Caister Academic Press

Recent Progress in Understanding Herpes Simplex Virus Entry: Relationship of Structure to Function Entry

Roselyn J. Eisenberg, Ekaterina E. Heldwein, Gary H. Cohen and Claude Krummenacher
from: Alphaherpesviruses: Molecular Virology (Edited by: Sandra K. Weller). Caister Academic Press, U.K. (2011)

Abstract

Membrane fusion allows exchange of materials between cellular compartments enclosed by lipid membranes.

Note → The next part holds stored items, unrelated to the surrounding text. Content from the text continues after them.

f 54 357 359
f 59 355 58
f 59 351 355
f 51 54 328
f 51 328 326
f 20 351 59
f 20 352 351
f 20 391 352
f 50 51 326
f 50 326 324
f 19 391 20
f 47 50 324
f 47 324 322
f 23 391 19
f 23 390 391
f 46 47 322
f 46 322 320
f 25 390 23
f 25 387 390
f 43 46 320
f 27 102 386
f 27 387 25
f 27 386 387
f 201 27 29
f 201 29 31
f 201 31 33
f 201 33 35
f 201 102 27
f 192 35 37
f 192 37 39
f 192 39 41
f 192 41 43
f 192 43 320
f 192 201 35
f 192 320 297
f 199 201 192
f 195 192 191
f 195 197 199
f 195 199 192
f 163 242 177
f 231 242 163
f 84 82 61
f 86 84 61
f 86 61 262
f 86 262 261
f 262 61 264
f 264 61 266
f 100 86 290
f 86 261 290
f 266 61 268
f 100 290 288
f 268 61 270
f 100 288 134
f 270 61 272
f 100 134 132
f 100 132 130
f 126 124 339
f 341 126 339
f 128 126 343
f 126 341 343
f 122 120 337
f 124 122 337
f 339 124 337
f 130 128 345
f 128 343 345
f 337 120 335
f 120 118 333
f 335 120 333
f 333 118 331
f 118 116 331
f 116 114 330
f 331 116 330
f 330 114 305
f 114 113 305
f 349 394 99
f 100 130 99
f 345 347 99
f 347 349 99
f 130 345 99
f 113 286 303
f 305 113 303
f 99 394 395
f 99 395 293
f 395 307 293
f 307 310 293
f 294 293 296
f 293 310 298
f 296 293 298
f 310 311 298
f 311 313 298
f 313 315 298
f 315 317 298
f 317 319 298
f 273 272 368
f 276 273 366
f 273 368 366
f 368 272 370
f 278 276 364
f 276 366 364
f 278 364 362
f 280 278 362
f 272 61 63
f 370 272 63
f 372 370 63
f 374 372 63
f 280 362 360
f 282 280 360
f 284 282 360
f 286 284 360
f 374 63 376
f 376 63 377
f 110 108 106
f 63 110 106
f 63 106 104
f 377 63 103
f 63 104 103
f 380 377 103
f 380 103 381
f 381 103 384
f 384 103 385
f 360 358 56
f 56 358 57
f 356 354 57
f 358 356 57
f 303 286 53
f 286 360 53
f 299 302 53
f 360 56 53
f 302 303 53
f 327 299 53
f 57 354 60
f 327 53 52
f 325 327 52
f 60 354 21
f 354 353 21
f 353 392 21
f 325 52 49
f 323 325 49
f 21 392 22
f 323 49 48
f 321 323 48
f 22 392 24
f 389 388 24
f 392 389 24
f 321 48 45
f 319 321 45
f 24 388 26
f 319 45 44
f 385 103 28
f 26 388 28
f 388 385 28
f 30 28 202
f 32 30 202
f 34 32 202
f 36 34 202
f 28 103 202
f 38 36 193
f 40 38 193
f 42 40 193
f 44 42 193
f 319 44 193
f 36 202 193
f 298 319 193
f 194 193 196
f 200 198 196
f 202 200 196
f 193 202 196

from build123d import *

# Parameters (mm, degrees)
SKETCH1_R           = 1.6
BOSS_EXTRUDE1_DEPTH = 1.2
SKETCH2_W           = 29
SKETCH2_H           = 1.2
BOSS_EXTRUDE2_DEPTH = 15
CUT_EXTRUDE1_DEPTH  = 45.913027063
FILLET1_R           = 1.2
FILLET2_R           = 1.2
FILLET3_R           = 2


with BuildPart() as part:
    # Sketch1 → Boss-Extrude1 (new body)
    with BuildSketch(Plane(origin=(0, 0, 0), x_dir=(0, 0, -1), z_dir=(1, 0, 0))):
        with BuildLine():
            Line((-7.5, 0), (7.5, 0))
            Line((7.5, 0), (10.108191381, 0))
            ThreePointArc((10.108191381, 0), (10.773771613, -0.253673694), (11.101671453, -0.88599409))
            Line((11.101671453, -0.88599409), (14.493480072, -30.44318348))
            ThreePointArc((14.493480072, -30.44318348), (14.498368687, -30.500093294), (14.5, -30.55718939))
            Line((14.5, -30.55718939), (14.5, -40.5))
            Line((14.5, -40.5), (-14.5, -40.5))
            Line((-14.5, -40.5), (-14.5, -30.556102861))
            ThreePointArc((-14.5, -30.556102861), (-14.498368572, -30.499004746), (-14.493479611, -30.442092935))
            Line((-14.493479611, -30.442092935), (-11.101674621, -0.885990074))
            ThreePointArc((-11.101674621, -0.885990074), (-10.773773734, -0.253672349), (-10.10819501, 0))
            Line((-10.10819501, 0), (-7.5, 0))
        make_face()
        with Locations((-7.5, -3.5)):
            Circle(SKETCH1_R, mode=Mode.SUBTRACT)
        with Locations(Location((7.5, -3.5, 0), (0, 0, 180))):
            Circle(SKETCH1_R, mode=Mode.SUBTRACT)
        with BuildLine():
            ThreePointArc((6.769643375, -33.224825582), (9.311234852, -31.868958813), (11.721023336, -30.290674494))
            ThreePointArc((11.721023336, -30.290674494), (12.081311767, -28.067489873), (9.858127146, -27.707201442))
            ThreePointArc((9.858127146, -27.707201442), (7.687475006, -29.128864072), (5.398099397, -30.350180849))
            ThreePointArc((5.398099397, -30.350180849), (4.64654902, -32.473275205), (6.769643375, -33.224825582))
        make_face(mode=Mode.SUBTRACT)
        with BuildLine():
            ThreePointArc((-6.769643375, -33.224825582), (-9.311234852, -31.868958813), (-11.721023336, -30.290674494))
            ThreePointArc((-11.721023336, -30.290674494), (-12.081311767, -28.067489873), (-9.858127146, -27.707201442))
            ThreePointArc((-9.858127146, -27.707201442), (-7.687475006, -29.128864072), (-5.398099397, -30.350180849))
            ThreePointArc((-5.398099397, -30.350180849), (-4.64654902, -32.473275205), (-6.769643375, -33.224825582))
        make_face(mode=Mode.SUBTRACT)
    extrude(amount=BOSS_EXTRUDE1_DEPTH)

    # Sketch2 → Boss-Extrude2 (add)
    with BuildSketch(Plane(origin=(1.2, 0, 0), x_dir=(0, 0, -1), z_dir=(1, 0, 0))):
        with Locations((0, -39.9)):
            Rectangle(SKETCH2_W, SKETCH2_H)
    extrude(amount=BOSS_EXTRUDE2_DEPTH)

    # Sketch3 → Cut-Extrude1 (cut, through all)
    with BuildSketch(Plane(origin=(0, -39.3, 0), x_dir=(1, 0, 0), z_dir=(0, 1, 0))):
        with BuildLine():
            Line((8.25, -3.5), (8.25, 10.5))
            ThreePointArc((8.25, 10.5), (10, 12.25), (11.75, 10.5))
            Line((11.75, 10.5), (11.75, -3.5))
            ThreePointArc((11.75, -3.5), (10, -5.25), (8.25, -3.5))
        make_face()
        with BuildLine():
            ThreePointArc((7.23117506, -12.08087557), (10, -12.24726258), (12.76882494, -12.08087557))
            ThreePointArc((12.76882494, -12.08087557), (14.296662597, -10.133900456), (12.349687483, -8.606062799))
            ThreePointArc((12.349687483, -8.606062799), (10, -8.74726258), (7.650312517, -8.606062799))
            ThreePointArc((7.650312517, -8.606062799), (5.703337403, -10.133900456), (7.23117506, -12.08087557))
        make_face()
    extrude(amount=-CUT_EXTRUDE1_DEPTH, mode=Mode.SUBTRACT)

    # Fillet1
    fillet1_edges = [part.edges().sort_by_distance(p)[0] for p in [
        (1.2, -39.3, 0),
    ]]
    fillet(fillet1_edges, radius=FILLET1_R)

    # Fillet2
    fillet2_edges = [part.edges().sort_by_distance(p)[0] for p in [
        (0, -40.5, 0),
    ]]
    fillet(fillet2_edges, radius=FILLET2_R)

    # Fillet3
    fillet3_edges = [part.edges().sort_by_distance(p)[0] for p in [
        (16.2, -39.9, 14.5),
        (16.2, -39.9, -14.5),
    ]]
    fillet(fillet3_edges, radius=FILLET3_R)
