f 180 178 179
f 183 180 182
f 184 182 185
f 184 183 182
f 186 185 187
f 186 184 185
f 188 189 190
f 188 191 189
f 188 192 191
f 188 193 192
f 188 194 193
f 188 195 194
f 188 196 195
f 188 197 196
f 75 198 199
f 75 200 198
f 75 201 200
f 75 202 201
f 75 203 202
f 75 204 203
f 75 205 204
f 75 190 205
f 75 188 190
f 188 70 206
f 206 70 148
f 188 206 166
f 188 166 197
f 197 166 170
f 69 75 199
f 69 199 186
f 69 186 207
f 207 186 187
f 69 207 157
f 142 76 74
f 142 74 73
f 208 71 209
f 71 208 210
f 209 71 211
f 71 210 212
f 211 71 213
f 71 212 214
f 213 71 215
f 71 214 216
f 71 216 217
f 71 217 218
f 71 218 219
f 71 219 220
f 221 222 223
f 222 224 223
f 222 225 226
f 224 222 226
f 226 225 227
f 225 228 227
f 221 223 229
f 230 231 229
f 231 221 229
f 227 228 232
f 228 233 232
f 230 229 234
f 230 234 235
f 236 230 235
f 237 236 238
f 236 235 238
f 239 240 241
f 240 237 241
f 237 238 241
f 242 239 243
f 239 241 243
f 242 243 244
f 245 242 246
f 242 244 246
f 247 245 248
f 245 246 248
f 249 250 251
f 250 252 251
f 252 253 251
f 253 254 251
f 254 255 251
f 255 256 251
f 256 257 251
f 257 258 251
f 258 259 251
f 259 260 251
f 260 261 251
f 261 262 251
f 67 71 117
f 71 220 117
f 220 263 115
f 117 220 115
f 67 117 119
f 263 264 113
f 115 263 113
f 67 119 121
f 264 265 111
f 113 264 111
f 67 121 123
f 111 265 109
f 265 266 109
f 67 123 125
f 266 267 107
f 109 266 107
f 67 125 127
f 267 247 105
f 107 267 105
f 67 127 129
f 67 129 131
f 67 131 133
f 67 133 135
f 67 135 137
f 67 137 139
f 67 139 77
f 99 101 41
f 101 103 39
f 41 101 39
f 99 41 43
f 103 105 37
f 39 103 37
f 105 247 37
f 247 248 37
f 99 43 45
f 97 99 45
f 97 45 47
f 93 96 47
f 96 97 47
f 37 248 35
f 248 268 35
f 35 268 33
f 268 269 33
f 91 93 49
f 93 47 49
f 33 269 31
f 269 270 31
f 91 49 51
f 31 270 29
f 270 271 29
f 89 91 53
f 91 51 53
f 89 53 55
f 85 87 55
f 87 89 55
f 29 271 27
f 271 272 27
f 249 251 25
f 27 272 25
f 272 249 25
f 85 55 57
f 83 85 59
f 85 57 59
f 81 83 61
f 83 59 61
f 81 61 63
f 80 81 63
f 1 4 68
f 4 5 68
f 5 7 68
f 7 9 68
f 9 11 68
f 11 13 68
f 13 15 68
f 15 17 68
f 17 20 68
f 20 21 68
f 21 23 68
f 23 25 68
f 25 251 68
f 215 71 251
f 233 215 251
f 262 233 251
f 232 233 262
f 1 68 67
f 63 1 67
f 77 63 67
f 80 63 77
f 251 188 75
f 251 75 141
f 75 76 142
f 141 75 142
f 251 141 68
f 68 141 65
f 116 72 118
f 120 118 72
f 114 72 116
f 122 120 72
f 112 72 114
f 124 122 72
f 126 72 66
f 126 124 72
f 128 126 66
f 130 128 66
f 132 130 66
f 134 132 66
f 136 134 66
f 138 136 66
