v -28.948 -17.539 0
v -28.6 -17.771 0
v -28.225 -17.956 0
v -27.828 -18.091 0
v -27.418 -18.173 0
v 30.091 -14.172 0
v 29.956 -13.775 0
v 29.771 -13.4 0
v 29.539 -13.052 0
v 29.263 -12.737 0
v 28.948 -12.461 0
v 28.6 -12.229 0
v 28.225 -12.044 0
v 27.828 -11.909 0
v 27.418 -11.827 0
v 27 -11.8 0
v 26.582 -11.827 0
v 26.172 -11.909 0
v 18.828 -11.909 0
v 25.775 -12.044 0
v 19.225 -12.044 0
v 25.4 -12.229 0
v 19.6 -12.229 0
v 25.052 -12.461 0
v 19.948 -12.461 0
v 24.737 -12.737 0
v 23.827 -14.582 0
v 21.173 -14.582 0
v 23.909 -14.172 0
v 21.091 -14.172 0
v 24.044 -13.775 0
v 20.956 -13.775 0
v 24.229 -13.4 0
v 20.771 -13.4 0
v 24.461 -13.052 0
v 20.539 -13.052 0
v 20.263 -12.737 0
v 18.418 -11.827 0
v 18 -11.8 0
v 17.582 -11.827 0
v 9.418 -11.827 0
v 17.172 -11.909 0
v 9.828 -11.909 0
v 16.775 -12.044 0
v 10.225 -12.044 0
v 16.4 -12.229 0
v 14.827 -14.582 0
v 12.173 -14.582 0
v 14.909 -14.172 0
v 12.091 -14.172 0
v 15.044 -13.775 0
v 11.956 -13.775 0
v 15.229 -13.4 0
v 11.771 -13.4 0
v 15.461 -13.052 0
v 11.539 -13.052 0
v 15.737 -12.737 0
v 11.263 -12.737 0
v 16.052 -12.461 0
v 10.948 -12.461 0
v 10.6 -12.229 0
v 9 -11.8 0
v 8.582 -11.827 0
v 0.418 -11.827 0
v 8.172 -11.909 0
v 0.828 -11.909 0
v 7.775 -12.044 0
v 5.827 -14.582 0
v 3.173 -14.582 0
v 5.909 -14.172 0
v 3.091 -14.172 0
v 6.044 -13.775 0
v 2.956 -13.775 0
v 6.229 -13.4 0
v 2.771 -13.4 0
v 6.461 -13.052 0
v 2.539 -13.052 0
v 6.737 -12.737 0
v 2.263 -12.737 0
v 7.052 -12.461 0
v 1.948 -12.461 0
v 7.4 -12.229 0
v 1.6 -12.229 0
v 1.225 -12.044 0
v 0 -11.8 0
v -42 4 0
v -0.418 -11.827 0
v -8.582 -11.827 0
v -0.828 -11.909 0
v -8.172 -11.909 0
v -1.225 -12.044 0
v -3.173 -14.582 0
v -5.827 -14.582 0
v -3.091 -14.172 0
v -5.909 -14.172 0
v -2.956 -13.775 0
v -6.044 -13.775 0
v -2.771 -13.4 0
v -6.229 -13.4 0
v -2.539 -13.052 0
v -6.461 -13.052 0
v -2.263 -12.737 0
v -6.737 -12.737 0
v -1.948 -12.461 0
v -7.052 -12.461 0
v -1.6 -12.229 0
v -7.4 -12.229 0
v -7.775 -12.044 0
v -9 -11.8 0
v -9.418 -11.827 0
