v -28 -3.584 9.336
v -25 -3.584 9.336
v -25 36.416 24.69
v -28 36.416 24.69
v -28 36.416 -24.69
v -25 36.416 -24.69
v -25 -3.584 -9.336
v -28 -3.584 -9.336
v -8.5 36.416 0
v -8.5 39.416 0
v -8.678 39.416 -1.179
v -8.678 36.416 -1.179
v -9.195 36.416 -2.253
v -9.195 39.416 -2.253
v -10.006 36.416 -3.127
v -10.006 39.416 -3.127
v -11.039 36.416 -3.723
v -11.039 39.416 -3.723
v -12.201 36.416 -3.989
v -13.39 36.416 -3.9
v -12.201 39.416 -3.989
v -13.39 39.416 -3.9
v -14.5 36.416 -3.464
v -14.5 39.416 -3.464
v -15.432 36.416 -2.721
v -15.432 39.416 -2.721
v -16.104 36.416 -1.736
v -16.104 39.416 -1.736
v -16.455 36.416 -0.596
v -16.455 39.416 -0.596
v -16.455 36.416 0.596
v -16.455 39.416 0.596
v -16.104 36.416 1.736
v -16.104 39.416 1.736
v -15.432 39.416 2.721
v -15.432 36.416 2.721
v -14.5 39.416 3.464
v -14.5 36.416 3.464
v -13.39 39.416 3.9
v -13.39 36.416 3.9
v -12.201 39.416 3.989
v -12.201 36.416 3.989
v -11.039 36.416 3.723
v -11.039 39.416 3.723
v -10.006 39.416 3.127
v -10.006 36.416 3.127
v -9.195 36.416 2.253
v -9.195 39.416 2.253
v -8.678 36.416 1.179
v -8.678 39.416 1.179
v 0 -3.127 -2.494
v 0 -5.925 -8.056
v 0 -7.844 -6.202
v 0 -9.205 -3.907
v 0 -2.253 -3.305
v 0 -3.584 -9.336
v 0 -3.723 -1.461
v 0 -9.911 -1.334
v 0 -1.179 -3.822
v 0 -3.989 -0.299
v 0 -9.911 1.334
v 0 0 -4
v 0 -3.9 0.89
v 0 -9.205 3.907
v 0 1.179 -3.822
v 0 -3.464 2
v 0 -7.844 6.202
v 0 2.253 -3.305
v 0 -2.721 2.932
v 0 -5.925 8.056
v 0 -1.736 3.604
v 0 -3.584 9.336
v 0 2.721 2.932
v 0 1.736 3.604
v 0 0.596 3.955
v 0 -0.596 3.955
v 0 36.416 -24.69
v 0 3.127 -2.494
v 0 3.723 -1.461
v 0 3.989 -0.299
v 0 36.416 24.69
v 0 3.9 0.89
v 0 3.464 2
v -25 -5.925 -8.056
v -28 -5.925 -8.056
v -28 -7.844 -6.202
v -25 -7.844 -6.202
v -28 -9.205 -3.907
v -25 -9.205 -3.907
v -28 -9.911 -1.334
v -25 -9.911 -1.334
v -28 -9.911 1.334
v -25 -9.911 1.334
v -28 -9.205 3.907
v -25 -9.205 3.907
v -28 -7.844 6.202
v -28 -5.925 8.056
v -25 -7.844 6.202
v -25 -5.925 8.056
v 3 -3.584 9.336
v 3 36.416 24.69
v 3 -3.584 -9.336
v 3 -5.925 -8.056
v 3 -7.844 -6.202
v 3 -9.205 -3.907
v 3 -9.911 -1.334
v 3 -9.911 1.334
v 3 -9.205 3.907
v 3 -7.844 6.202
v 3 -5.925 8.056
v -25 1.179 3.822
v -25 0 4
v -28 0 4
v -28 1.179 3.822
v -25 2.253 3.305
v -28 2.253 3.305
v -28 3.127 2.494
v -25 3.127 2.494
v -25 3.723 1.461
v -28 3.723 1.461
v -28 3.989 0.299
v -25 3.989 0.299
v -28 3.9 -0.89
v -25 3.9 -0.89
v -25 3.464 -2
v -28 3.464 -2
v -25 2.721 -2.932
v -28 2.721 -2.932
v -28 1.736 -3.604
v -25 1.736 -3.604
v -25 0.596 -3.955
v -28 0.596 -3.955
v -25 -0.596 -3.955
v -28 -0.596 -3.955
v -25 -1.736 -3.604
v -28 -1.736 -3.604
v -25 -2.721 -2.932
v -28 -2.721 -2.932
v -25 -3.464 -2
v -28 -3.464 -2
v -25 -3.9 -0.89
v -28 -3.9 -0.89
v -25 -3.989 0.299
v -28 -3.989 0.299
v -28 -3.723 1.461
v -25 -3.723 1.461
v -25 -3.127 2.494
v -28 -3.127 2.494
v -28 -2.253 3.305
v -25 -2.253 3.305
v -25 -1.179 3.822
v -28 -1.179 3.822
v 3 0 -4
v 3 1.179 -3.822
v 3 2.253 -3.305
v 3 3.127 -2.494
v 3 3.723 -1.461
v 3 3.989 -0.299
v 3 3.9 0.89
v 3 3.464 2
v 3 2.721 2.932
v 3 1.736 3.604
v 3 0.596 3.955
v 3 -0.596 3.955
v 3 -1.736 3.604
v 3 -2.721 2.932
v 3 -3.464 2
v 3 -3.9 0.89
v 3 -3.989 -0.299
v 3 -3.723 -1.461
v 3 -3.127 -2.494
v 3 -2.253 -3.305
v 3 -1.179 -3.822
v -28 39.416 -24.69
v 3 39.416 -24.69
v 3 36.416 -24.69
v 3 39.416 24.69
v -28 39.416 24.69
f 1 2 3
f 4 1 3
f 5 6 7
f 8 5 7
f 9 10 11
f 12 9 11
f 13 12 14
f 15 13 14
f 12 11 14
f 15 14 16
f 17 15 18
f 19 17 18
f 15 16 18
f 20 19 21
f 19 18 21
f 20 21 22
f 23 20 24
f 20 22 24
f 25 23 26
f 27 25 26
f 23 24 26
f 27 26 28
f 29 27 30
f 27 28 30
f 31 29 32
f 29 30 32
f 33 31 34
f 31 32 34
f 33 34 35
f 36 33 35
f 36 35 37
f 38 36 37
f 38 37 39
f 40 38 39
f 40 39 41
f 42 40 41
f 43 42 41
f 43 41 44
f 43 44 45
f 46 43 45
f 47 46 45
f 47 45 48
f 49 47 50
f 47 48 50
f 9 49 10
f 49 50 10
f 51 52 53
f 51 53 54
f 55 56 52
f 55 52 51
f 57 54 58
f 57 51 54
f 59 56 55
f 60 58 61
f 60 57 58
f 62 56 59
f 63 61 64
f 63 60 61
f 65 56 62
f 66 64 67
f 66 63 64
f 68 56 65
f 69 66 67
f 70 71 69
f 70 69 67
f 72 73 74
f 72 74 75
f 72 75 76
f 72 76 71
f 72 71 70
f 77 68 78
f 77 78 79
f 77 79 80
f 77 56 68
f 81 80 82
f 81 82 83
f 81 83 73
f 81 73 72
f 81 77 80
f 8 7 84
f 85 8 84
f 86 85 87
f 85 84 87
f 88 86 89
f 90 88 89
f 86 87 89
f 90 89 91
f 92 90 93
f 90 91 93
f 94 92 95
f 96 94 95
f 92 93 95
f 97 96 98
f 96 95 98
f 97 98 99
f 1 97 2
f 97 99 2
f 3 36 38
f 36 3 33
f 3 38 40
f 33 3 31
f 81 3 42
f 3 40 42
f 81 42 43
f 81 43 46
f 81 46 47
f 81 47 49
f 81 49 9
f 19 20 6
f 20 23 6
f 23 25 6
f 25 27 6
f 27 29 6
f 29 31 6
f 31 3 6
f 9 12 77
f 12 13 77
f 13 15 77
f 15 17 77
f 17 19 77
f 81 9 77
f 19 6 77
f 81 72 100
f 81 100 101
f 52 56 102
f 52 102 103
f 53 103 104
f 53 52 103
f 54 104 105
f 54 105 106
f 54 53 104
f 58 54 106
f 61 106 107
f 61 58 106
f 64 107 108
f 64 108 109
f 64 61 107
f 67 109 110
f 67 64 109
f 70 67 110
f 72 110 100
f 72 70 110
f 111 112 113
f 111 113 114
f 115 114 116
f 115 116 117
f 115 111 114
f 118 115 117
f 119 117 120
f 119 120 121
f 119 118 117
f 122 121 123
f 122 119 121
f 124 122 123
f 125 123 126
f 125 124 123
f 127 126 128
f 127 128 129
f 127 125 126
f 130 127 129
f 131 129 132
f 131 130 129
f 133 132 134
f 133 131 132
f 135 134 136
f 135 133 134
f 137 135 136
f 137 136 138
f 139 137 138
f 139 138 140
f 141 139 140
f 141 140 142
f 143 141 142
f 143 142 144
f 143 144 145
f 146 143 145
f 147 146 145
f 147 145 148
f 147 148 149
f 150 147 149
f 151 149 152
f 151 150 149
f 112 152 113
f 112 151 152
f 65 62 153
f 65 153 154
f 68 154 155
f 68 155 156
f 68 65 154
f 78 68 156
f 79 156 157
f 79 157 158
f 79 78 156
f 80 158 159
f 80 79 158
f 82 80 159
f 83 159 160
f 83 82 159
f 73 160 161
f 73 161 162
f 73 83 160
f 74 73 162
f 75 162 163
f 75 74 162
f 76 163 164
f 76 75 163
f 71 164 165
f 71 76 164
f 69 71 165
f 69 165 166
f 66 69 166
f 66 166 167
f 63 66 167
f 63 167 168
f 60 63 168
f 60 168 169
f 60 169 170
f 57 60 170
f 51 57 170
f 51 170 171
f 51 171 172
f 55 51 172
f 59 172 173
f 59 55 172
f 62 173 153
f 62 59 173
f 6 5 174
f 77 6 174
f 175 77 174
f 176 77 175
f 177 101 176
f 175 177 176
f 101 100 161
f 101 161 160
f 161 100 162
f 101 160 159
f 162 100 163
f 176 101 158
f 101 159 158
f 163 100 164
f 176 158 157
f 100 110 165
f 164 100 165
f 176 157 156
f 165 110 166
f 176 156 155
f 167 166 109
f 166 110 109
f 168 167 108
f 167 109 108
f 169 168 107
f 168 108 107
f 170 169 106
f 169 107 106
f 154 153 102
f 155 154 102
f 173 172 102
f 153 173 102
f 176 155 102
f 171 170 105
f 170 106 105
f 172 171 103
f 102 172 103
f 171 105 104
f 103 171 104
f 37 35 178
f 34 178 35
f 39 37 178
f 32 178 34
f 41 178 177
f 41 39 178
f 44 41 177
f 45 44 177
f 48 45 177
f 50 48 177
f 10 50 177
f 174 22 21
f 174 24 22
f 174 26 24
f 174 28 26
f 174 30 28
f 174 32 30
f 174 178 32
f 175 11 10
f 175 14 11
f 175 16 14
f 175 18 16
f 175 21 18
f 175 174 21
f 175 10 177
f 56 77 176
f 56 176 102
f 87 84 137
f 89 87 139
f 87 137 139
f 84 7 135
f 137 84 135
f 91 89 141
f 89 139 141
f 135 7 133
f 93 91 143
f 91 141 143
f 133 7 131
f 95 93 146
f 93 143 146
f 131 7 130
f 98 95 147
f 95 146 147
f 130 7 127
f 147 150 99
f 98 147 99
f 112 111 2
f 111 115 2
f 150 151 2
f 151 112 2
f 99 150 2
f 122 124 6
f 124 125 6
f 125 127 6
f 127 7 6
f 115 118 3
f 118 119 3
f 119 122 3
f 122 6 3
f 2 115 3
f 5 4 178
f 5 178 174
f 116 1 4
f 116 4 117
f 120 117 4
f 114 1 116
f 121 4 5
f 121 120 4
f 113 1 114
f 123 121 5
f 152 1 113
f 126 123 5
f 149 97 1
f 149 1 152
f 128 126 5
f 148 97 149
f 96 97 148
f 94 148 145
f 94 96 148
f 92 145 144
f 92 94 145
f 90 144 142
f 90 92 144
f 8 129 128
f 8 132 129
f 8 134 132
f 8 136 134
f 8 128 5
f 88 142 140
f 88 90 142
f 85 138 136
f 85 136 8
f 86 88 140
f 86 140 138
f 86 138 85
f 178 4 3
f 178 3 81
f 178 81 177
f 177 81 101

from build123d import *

# Parameters (mm, degrees)
CROQUIS1_R              = 4
SALIENTE_EXTRUIR1_DEPTH = 3
CROQUIS2_R              = 4
SALIENTE_EXTRUIR2_DEPTH = 3
CROQUIS3_W              = 31
CROQUIS3_H              = 49.380731332
SALIENTE_EXTRUIR3_DEPTH = 3
CROQUIS5_R              = 4
CORTAR_EXTRUIR1_DEPTH   = 3


with BuildPart() as part:
    # Croquis1 → Saliente-Extruir1 (new body)
    with BuildSketch(Plane(origin=(0, 0, 0), x_dir=(0, 0, -1), z_dir=(1, 0, 0))):
        with BuildLine():
            Line((-9.335804265, -3.583679495), (-24.690365666, 36.416320505))
            Line((-24.690365666, 36.416320505), (24.690365666, 36.416320505))
            Line((24.690365666, 36.416320505), (9.335804265, -3.583679495))
            ThreePointArc((9.335804265, -3.583679495), (0, -10), (-9.335804265, -3.583679495))
        make_face()
        Circle(CROQUIS1_R, mode=Mode.SUBTRACT)
    extrude(amount=SALIENTE_EXTRUIR1_DEPTH)



with BuildPart() as body_2:
    # Croquis2 → Saliente-Extruir2 (new body)
    with BuildSketch(Plane.ZY.offset(25)):
        with BuildLine():
            Line((9.335804265, -3.583679495), (24.690365666, 36.416320505))
            Line((24.690365666, 36.416320505), (-24.690365666, 36.416320505))
            Line((-24.690365666, 36.416320505), (-9.335804265, -3.583679495))
            ThreePointArc((-9.335804265, -3.583679495), (0, -10), (9.335804265, -3.583679495))
        make_face()
        Circle(CROQUIS2_R, mode=Mode.SUBTRACT)
    extrude(amount=SALIENTE_EXTRUIR2_DEPTH)


with BuildPart() as part_1:
    add(part.part)

    add(body_2.part)  # Saliente-Extruir3 merges body 2
    # Croquis3 → Saliente-Extruir3 (add)
    with BuildSketch(Plane(origin=(0, 36.416320505, 0), x_dir=(1, 0, 0), z_dir=(0, 1, 0))):
        with Locations((-12.5, 0)):
            Rectangle(CROQUIS3_W, CROQUIS3_H)
    extrude(amount=SALIENTE_EXTRUIR3_DEPTH)

    # Croquis5 → Cortar-Extruir1 (cut)
    with BuildSketch(Plane(origin=(0, 39.416320505, 0), x_dir=(1, 0, 0), z_dir=(0, 1, 0))):
        with Locations((-12.5, 0)):
            Circle(CROQUIS5_R)
    extrude(amount=-CORTAR_EXTRUIR1_DEPTH, mode=Mode.SUBTRACT)


solid = part_1.part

Similarly, entry of enveloped viruses into cells allows the viral contents to be delivered by fusion of the envelope with a target cell membrane. Fusion requires disruption of both layers of the two membranes. For most enveloped viruses, a single surface glycoprotein undergoes conformational changes that bring the bilayer of the virus in proximity with that of the host cell and fusion ensues. In contrast, herpesvirus entry requires three virion glycoproteins, gB and a gH/gL heterodimer, that function as the core fusion machinery. Some herpesviruses require additional proteins, e.g. alphaherpesviruses (with a few exceptions) initiate fusion by binding of glycoprotein gD to a cell receptor. A conformational change then exposes the normally hidden receptor binding residues of gD. This change and/or the exposed residues trigger gB and gH/gL to effect virus-cell and cell-cell fusion. Because of the multiplicity of proteins involved in HSV entry as opposed to entry of enveloped RNA viruses, it has been difficult to unravel the mechanism of how the four entry glycoproteins function. Some favor formation of a multiprotein fusion complex while others suggest it may be more of a stepwise process. Solution of the structures of all four entry proteins, coupled with existing and new information has solved much of this mystery. We now have a much better idea of the outline of the process, but the challenge for the future will be to fill in important details. It is clear that entry of HSV occurs in an exquisitely regulated stepwise process that begins with binding of gD to a receptor, activation of the regulatory protein gH/gL which in turn up-regulates the fusogenic activity of gB. Thus, in some ways, HSV entry is remarkably similar overall to entry by simpler RNA viruses, such as influenza. A single fusion protein gB carries out fusion. What distinguishes HSV entry is the double regulation of this process. This chapter will focus primarily on what we know about the structures of gD, gH/gL and gB along with supporting data for how those proteins function read more ...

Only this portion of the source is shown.